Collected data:
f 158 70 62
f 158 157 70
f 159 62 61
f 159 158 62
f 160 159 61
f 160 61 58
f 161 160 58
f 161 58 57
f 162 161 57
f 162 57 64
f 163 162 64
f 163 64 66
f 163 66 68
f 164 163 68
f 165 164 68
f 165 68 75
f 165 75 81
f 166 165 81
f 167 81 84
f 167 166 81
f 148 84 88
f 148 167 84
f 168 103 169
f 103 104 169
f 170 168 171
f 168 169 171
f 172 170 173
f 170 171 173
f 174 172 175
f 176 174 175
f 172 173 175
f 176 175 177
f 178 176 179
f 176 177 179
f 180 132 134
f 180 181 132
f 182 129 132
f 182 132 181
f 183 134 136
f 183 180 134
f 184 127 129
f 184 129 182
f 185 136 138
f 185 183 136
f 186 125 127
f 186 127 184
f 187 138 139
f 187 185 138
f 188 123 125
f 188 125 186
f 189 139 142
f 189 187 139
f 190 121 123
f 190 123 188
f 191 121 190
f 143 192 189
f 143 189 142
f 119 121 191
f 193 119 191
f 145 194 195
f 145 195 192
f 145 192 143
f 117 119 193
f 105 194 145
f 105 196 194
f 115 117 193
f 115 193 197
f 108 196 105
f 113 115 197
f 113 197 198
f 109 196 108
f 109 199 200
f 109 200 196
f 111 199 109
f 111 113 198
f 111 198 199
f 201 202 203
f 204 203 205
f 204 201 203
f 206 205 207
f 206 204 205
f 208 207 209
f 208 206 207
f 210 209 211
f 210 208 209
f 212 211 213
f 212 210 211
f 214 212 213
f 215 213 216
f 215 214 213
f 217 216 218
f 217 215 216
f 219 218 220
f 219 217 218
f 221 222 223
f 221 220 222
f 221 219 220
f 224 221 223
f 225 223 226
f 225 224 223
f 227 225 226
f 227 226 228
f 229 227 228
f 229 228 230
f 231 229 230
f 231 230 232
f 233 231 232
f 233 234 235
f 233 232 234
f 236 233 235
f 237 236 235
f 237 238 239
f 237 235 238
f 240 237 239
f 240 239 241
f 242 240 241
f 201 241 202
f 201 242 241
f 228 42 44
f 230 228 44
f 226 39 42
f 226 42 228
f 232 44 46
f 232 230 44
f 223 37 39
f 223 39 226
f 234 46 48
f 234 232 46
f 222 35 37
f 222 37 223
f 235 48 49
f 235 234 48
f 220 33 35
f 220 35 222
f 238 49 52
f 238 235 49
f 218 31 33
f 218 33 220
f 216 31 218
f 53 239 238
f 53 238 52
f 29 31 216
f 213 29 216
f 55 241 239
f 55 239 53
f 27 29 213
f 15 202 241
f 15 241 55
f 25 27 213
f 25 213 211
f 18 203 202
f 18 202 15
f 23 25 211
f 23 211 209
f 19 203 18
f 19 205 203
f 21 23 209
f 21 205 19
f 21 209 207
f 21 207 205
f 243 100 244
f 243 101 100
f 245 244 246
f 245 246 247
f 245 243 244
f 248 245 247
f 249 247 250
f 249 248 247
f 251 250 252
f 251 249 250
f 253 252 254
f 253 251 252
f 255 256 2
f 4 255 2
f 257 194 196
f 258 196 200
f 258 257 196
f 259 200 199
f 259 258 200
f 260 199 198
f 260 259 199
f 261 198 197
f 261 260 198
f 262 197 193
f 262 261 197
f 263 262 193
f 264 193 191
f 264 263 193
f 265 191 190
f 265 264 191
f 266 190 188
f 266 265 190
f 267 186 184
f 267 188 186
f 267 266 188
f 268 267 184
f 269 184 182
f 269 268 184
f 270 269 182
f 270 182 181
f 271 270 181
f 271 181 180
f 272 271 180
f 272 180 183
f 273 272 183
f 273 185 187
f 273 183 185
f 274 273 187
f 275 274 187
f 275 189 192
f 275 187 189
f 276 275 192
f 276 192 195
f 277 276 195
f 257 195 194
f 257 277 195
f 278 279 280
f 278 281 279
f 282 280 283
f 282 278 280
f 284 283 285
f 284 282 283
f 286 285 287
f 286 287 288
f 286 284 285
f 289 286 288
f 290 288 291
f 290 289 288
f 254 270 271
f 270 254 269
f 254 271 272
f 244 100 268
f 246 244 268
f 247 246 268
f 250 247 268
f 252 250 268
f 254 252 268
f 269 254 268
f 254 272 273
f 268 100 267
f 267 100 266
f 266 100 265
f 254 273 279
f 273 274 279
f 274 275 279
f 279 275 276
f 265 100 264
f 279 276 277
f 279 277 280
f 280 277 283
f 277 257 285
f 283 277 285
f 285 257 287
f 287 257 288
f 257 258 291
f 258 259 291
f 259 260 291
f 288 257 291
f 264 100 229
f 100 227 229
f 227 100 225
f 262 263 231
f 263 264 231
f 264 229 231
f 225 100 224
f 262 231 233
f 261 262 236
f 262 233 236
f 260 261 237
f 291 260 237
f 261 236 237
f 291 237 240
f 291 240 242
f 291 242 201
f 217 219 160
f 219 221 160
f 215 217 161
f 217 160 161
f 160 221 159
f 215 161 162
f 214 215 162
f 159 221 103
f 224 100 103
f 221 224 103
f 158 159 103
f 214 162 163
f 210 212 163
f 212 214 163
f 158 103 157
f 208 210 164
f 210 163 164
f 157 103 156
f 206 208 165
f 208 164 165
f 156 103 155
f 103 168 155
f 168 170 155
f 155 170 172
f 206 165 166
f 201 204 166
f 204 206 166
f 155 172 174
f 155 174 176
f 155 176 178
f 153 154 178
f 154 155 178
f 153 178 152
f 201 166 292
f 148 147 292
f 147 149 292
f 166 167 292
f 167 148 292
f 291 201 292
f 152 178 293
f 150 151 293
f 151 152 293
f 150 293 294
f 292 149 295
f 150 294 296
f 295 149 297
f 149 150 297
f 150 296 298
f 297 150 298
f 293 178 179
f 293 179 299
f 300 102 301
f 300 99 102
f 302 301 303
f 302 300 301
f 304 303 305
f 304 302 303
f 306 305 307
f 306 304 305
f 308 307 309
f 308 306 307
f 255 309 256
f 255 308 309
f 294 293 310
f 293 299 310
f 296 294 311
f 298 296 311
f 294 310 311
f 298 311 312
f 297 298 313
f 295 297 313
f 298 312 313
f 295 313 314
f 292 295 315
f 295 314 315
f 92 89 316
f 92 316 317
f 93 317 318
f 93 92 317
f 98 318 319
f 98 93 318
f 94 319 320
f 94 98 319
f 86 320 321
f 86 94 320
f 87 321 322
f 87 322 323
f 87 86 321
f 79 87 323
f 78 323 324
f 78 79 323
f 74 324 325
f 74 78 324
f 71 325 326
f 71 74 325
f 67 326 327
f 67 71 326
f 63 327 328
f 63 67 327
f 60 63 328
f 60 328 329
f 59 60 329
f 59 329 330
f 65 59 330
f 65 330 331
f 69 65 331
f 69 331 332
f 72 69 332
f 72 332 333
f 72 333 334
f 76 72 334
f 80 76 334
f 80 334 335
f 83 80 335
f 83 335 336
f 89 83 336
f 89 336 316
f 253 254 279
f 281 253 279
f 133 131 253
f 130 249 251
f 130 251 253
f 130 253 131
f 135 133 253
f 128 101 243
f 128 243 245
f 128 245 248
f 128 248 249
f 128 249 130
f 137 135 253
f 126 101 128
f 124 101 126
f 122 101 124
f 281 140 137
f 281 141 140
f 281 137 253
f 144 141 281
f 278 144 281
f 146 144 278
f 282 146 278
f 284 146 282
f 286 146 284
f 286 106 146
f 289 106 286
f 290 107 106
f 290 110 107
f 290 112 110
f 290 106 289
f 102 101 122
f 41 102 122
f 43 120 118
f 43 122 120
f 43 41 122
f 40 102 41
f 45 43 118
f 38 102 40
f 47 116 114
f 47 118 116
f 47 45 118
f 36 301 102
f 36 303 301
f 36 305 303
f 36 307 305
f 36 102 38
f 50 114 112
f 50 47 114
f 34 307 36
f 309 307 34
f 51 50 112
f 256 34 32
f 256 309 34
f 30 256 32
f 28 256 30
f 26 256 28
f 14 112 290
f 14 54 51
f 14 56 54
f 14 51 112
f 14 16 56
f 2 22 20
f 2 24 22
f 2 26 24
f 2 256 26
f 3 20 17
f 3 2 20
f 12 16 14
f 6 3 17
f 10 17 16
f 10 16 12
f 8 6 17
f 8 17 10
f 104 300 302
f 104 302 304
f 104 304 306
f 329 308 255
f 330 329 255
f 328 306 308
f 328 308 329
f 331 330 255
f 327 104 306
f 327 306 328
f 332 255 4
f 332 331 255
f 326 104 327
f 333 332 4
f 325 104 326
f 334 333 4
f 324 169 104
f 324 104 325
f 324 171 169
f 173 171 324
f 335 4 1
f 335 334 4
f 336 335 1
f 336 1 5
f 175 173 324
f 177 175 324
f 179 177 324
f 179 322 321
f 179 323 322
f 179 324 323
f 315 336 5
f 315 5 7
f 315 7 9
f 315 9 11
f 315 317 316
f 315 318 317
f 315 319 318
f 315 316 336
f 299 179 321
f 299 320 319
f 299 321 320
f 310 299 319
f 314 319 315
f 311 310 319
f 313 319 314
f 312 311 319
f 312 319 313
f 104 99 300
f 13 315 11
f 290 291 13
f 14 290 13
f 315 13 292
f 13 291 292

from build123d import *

TASK GOAL:
Print exactly the lines above, between the one holding "f 55 239 53" and the one holding "f 273 183 185", inclusive, and nothing besides.

EXPECTED OUTPUT:
f 55 239 53
f 27 29 213
f 15 202 241
f 15 241 55
f 25 27 213
f 25 213 211
f 18 203 202
f 18 202 15
f 23 25 211
f 23 211 209
f 19 203 18
f 19 205 203
f 21 23 209
f 21 205 19
f 21 209 207
f 21 207 205
f 243 100 244
f 243 101 100
f 245 244 246
f 245 246 247
f 245 243 244
f 248 245 247
f 249 247 250
f 249 248 247
f 251 250 252
f 251 249 250
f 253 252 254
f 253 251 252
f 255 256 2
f 4 255 2
f 257 194 196
f 258 196 200
f 258 257 196
f 259 200 199
f 259 258 200
f 260 199 198
f 260 259 199
f 261 198 197
f 261 260 198
f 262 197 193
f 262 261 197
f 263 262 193
f 264 193 191
f 264 263 193
f 265 191 190
f 265 264 191
f 266 190 188
f 266 265 190
f 267 186 184
f 267 188 186
f 267 266 188
f 268 267 184
f 269 184 182
f 269 268 184
f 270 269 182
f 270 182 181
f 271 270 181
f 271 181 180
f 272 271 180
f 272 180 183
f 273 272 183
f 273 185 187
f 273 183 185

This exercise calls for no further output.